Les marques distributeurs, c’est quoi ?

 Omniprésentes dans le paysage commercial français, dans lequel les enseignes de super- et hypermarchés jouent un très grand rôle par leurs magasins de GMS (grande et moyenne surface), les marques de distributeur (alias MDD) sont des marques commerciales qui appartiennent à une enseigne donnée et qui ne sont donc vendues que dans ses propres magasins. Elles sont le contraire des marques de producteurs, également appelées marques nationales, qui sont des marques indépendantes des distributeurs et peuvent donc se retrouver indifféremment dans les rayons de n’importe quelle enseigne ou circuit.

On trouve en général deux types de MDD. Le premier est celui des marques d’enseigne (ou marques enseigne), dont le nom voire le logo sont les mêmes que ceux de l’enseigne de GMS à laquelle elles appartiennent. L’avantage est qu’elles peuvent bénéficier directement (ou pas, quelquefois) de l’image de l’enseigne propriétaire. Le second type est celui des marques propres, qui ne portent pas au sens strict le nom de l’enseigne, mais une autre marque qui a été spécifiquement créée par la chaîne de magasins. Dans les deux cas, les produits ne sont toujours vendus, comme dit plus haut, qu’au sein même de l’enseigne, et jamais chez les concurrents, bien sûr, ni dans d’autres circuits.

 Les marques enseigne sont principalement utilisées pour les produits de moyenne gamme, parfois aussi cependant pour des gammes premier prix ou des gammes « premium ». Les MDD sont surtout utilisées pour des produits de consommation courante (alimentation, hygiène-beauté, lessives et autres détergents…), mais pas uniquement. Si les marques enseigne sont plutôt employées pour les produits de « moyenne gamme », on les retrouve parfois sur du premier prix ou du haut de gamme. Pour les marques propres, c’est l’inverse. Elles sont notamment utilisées sur des produits techniques, comme l’électroménager ou la télévision.

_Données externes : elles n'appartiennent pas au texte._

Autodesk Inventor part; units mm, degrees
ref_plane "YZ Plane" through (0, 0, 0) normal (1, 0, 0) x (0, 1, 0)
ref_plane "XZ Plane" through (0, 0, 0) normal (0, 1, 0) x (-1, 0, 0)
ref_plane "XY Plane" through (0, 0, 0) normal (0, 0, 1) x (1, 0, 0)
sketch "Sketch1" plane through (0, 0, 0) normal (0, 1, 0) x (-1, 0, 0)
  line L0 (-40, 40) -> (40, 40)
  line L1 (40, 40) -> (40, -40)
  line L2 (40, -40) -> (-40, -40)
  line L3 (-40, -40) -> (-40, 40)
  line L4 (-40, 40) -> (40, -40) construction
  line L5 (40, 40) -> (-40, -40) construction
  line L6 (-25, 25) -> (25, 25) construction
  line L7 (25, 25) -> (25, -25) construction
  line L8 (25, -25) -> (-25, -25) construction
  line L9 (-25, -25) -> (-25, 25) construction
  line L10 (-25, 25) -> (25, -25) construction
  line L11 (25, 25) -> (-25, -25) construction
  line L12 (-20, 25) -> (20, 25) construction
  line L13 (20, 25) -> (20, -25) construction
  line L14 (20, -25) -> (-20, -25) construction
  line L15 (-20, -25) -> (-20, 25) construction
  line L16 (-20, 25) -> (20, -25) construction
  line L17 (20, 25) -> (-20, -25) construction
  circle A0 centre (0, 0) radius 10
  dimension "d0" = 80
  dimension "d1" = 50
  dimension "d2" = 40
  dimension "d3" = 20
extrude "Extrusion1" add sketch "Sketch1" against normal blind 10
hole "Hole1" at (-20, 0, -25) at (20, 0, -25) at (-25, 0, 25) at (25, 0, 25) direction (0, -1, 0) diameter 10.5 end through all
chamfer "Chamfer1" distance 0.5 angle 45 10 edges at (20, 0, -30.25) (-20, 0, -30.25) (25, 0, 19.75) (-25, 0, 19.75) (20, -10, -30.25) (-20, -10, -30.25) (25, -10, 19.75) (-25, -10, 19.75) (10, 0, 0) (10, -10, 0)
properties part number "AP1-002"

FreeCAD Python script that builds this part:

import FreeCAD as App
import Part
import Sketcher
from FreeCAD import Vector


def edges_at(feature, points):
    """Names of the edges that pass closest to the given points."""
    edges = feature.Shape.Edges
    near = lambda p: min(range(len(edges)), key=lambda i: edges[i].distToShape(Part.Vertex(*p))[0])
    return sorted({f"Edge{near(p) + 1}" for p in points})

doc = App.newDocument("Part")
body = doc.addObject("PartDesign::Body", "Body")

# Sketch on XZ plane
sketch1 = body.newObject("Sketcher::SketchObject", "Sketch")
sketch1.AttachmentSupport = (doc.getObject("XZ_Plane"), [""])
sketch1.MapMode = "FlatFace"
sketch1.addGeometry([
    Part.LineSegment(Vector(-40, 40, 0), Vector(40, 40, 0)),  # 0
    Part.LineSegment(Vector(40, 40, 0), Vector(40, -40, 0)),  # 1
    Part.LineSegment(Vector(40, -40, 0), Vector(-40, -40, 0)),  # 2
    Part.LineSegment(Vector(-40, -40, 0), Vector(-40, 40, 0)),  # 3
    Part.Circle(Vector(0, 0, 0), Vector(0, 0, 1), 10),  # 4
], False)
sketch1.addConstraint([
    Sketcher.Constraint("Coincident", 0, 2, 1, 1),
    Sketcher.Constraint("Coincident", 1, 2, 2, 1),
    Sketcher.Constraint("Coincident", 2, 2, 3, 1),
    Sketcher.Constraint("Coincident", 3, 2, 0, 1),
    Sketcher.Constraint("Horizontal", 0),
    Sketcher.Constraint("Vertical", 1),
    Sketcher.Constraint("Horizontal", 2),
    Sketcher.Constraint("Vertical", 3),
    Sketcher.Constraint("Coincident", 4, 3, -1, 1),
    Sketcher.Constraint("Symmetric", 0, 2, 2, 2, -1, 1),
    Sketcher.Constraint("Equal", 2, 1),
    Sketcher.Constraint("Diameter", 4, 20.0),
    Sketcher.Constraint("DistanceX", 0, 1, 0, 2, 80.0),
])
pad1 = body.newObject("PartDesign::Pad", "Pad")
pad1.Profile = sketch1
pad1.Length = 10

# Sketch on XZ plane
sketch2 = body.newObject("Sketcher::SketchObject", "Sketch001")
sketch2.AttachmentSupport = (doc.getObject("XZ_Plane"), [""])
sketch2.MapMode = "FlatFace"
sketch2.addGeometry([
    Part.Circle(Vector(-20, -25, 0), Vector(0, 0, 1), 5.25),
    Part.Circle(Vector(20, -25, 0), Vector(0, 0, 1), 5.25),
    Part.Circle(Vector(-25, 25, 0), Vector(0, 0, 1), 5.25),
    Part.Circle(Vector(25, 25, 0), Vector(0, 0, 1), 5.25),
], False)
sketch2.addConstraint([
    Sketcher.Constraint("Equal", 0, 1),
    Sketcher.Constraint("Equal", 1, 2),
    Sketcher.Constraint("Equal", 2, 3),
    Sketcher.Constraint("Symmetric", 0, 3, 1, 3, -2),
    Sketcher.Constraint("Symmetric", 2, 3, 3, 3, -2),
    Sketcher.Constraint("Diameter", 0, 10.5),
    Sketcher.Constraint("DistanceX", 0, 3, -1, 1, 20.0),
    Sketcher.Constraint("DistanceY", 0, 3, -1, 1, 25.0),
    Sketcher.Constraint("DistanceX", 2, 3, -1, 1, 25.0),
    Sketcher.Constraint("DistanceY", -1, 1, 2, 3, 25.0),
])
doc.recompute()
hole = body.newObject("PartDesign::Hole", "Hole")
hole.Profile = sketch2
hole.ThreadType = "None"
hole.Diameter = 10.5
hole.DepthType = "ThroughAll"
hole.Reversed = True
doc.recompute()

chamfer = body.newObject("PartDesign::Chamfer", "Chamfer")
chamfer.Base = (hole, edges_at(hole, [
    (20, 0, -30.25),
    (-20, 0, -30.25),
    (25, 0, 19.75),
    (-25, 0, 19.75),
    (20, -10, -30.25),
    (-20, -10, -30.25),
    (25, -10, 19.75),
    (-25, -10, 19.75),
    (10, 0, 0),
    (10, -10, 0),
]))
chamfer.Size = 0.5

doc.recompute()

 Contrairement à ce que l’on pourrait penser, les MDD ne sont pas une invention récente. Elles ont fait leur apparition dès la fin du 19e siècle, avec la vieille enseigne d’épicerie Félix Potin (née en 1844 et disparue en 1995) qui fabriquait et /ou conditionnait dans ses usines des produits à sa marque. Un des autres précurseurs fut la société Au Planteur de Caïffa, chaîne d’épiceries fondée en 1890 et disparue au début de la Seconde Guerre mondiale. L’enseigne Casino, née en 1898, proposa également très tôt des produits à sa marque (à partir de 1901), de même que Coop Alsace, longtemps leader dans sa région, née en 1902 et liquidée en 2015. Dans les années 1930, les « magasins populaires » Prisunic, Monoprix ou Uniprix avaient également de tels produits.

Mais c’est en 1976 que les MDD commencèrent à se généraliser, avec le lancement par Carrefour de ses « produits libres » d’entrée de gamme, très basiques. Avec « produit libre », Carrefour voulait sans doute employer une dénomination voulue comme positive pour le consommateur. Mais « libre » (« libérée… ») des marques, cela signifie aussi sans l’éventuelle garantie du savoir-faire et de la notoriété des marques, sans – de facto – leur « image de marque » que beaucoup d’entreprises s’efforcent - il faut le souligner – de soigner avec par exemple des garanties de qualité.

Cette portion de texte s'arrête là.